Steve and I don't have kids, but we always have a Christmas tree up and decorations, it makes you feel good...I love everything about Christmas, it is the best and love seeing bright sparkly decorations and the lovely flashing lights on the tree


----------



## Somebunny (Dec 16, 2012)

daytime


Nighttime


----------



## Snip 13 (Dec 16, 2012)

Somebunny said:


> View attachment 16595
> daytime
> 
> 
> Nighttime


 
That's a beautiful tree Somebunny  Love the simple colours, I don't like trees that look like they were made at the crayon factory


----------



## Somebunny (Dec 16, 2012)

Snip 13 said:


> That's a beautiful tree Somebunny  Love the simple colours, I don't like trees that look like they were made at the crayon factory



Thanks Snip!  DH always whines, he likes colored lights and all different colored ornaments, so we compromise, he puts as many colored lights as he wants up outside. Lol!   Don't get me wrong....I like the multi-colored old fashioned trees of my youth, with all the hand made ornaments (don't like tinsel though) but this is what I want for now!  "To each their own" I enjoy seeing what makes everyone else happy!


----------



## CWS4322 (Dec 16, 2012)

GotGarlic said:


> So people without kids shouldn't have Christmas trees or celebrate Christmas? Why?


I think it is a matter of choice. We used to celebrate Christmas (until 2003). The baking, the decorating, having friends in, etc. I even have 8 place settings of Spode's Christmas Tree china and lots of the serving pieces. It just got to be too much. And, taking all the decorations down, hauling the  tree out, I just do very low key now. A couple of decorations, I change a couple of the paintings for Christmas ones, and I'm done. Christmas Eve is movie night and finger food. No fuss, no bother. no stress, no fighting crowds at the mall. No one says you have to do all that. But if you like doing it, even if you don't have kids, you can still do it and have fun. I have a 4-ft stocking...


----------



## Kayelle (Dec 16, 2012)

That's one beautiful and *HUGE *tree Bunny! It must take forever to decorate, but it's truly spectacular!  As you can see, I enjoy all clear lights too.  It used to drive me crazy to have two lights of the same color next to each other.  Just color me OCD.


----------



## Addie (Dec 16, 2012)

GotGarlic said:


> So people without kids shouldn't have Christmas trees or celebrate Christmas? Why?


 
No. I just love to watch kids, specially the small ones, reaction when the see the tree lit up for the first time and are just old enough to be entranced with wonderment. Four year olds get so excited at everything Christmas! You really have to wear them out on the 24th to get them to sleep at night. You could tell them a hundred times there is no Santa and they will never believe you. 

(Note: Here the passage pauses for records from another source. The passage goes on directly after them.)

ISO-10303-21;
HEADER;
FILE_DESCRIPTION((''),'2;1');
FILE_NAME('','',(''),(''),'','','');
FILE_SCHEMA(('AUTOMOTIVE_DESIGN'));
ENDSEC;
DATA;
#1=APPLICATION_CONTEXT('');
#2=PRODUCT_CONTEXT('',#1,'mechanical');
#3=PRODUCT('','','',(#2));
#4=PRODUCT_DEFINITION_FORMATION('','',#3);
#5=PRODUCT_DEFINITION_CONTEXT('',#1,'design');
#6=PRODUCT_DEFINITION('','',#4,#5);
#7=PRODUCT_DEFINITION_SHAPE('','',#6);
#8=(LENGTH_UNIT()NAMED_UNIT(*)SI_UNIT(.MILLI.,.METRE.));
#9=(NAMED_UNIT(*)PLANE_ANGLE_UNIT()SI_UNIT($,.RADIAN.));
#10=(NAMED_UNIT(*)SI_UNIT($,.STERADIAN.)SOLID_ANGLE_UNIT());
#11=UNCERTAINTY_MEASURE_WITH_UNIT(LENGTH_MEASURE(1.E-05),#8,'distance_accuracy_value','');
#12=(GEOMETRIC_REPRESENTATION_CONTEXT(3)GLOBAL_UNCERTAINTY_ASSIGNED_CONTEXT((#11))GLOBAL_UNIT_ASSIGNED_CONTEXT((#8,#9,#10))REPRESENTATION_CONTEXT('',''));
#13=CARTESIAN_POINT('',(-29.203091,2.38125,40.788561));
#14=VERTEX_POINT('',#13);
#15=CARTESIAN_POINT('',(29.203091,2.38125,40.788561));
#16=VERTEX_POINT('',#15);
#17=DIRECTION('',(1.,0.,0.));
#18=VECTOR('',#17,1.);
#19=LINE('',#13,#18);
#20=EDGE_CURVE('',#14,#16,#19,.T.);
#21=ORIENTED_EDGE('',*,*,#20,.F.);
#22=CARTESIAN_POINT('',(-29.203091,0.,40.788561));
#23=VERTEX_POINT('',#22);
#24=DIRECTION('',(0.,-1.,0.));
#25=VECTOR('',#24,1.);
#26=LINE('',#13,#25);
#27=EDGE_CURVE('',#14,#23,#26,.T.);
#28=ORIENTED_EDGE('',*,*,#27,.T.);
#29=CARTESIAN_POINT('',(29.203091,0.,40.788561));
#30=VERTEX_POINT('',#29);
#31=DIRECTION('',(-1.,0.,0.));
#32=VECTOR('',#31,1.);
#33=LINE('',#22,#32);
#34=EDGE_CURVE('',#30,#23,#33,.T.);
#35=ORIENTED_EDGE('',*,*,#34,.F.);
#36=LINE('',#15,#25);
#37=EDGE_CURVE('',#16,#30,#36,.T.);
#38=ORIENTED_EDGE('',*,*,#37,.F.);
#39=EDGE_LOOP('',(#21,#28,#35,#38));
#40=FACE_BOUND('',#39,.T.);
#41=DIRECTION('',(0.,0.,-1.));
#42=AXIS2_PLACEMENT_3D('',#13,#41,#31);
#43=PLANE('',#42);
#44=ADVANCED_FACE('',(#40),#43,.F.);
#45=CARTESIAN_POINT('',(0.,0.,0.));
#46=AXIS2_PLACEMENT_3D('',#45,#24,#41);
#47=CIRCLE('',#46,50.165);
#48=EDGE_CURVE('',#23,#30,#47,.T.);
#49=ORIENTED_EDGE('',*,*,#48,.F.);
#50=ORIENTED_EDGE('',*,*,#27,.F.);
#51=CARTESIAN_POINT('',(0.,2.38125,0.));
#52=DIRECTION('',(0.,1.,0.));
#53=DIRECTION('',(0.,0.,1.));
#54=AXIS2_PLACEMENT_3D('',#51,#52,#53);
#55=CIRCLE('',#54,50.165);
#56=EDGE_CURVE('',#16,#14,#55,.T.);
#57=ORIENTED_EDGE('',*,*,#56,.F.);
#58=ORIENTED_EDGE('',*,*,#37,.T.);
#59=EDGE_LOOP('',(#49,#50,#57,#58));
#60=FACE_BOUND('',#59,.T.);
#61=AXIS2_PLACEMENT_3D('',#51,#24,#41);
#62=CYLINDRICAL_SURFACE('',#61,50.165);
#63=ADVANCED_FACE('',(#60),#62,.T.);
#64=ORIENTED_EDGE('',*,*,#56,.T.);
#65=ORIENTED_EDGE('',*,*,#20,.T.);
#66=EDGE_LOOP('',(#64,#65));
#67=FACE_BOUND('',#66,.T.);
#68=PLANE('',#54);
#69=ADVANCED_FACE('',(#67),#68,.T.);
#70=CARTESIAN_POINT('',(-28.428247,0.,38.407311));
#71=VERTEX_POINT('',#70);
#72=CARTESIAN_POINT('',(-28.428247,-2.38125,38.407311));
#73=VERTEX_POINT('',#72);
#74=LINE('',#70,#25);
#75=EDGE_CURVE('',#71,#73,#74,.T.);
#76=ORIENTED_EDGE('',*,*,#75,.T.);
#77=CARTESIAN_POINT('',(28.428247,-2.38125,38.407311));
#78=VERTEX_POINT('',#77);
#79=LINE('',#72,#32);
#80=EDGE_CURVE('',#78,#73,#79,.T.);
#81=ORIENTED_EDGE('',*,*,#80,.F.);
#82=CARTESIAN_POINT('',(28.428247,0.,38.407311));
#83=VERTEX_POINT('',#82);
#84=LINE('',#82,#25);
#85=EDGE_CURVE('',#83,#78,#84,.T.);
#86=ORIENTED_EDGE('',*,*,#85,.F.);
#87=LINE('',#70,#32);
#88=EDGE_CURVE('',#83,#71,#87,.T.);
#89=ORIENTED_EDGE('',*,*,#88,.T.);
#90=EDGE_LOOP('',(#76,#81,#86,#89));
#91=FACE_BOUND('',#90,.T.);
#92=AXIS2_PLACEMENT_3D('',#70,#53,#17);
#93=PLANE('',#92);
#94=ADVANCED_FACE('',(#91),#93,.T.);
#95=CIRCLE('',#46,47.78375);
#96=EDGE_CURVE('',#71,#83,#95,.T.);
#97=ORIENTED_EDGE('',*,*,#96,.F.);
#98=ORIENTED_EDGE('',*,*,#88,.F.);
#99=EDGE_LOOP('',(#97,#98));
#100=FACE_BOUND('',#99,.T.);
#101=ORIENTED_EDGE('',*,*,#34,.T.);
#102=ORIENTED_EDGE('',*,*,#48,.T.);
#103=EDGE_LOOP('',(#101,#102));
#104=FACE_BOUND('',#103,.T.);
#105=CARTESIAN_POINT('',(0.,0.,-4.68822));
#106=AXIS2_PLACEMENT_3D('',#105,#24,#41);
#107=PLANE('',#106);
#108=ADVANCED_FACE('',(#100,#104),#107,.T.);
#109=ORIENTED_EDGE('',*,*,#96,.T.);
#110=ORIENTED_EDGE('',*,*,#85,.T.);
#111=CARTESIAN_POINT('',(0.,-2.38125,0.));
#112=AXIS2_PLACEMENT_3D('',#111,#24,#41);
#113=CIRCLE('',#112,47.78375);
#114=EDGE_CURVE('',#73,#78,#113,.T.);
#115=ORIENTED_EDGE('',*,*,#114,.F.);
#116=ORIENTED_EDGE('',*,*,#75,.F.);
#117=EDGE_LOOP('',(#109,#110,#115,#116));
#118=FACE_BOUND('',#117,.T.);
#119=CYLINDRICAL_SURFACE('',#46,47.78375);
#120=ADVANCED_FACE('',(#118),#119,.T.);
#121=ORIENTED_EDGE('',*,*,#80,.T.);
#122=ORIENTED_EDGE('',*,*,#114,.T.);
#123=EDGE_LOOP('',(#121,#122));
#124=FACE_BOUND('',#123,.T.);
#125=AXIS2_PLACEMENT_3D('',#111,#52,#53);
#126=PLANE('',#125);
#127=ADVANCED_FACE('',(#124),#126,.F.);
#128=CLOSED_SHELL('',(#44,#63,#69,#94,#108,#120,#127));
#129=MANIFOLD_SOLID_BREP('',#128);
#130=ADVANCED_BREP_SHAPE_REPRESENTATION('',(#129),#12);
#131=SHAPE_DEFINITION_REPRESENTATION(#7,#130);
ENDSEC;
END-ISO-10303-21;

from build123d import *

# Parameters (mm, degrees)
BOSS_EXTRUDE1_DEPTH = 2.38125
SKETCH3_OUTSIDE_W   = 129.43
SKETCH3_OUTSIDE_H   = 120.054
CUT_EXTRUDE1_DEPTH  = 2.38125


with BuildPart() as part:
    # Sketch2 → Boss-Extrude1 (new, symmetric)
    with BuildSketch(Plane(origin=(0, 0, 0), x_dir=(1, 0, 0), z_dir=(0, 1, 0))):
        with BuildLine():
            Line((-29.2030912, -40.788560766), (29.2030912, -40.788560766))
            ThreePointArc((29.2030912, -40.788560766), (0, 50.165), (-29.2030912, -40.788560766))
        make_face()
    extrude(amount=BOSS_EXTRUDE1_DEPTH, both=True)

    # Sketch3 outside → Cut-Extrude1 (cut)
    with BuildSketch(Plane.XZ.offset(2.38125)):
        with Locations((0, -4.688)):
            Rectangle(SKETCH3_OUTSIDE_W, SKETCH3_OUTSIDE_H)
        with BuildLine():
            Line((-28.428247287, 38.407310766), (28.428247287, 38.407310766))
            ThreePointArc((28.428247287, 38.407310766), (0, -47.78375), (-28.428247287, 38.407310766))
        make_face(mode=Mode.SUBTRACT)
    extrude(amount=-CUT_EXTRUDE1_DEPTH, mode=Mode.SUBTRACT)


solid = part.part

I had my kids believing in Santa for a loong time. I always told them "No, we can't afford that toy. You will have to see what Santa brings, or wait for your birthday." After all, if I couldn't afford it then for just one child, I certainly couldn't afford all those toys at Christmas! Like the Christmas they *all *got bikes. The tree just doesn't give the joy to adults that it gives to children. We see all the work that goes into putting it up. And then we dread taking it down and putting everything away again.


----------



## Kylie1969 (Dec 16, 2012)

Somebunny said:


> View attachment 16595
> daytime
> 
> 
> Nighttime



I love your tree SB, it is magical


----------



## Snip 13 (Dec 17, 2012)

Somebunny said:


> Thanks Snip! DH always whines, he likes colored lights and all different colored ornaments, so we compromise, he puts as many colored lights as he wants up outside. Lol! Don't get me wrong....I like the multi-colored old fashioned trees of my youth, with all the hand made ornaments (don't like tinsel though) but this is what I want for now! "To each their own" I enjoy seeing what makes everyone else happy!


 
I don't like tinsel either. We don't have any and I refuse to buy it. Makes the tree look tacky. My ornaments are all different shades of purple and silver with different textures and my lights are plain. Luckily no one complains. Everyone likes our tree. The Brightly coloured gifts add enough colour anyway.
Taking my ornaments and a small tree to my mom this year. She doesn't have a tree and the kids won't be happy if there's no tree on Christmas eve.
I don't mind very colourful trees, just not in my house!


----------



## Somebunny (Dec 17, 2012)

Kayelle said:


> That's one beautiful and HUGE tree Bunny! It must take forever to decorate, but it's truly spectacular!  As you can see, I enjoy all clear lights too.  It used to drive me crazy to have two lights of the same color next to each other.  Just color me OCD.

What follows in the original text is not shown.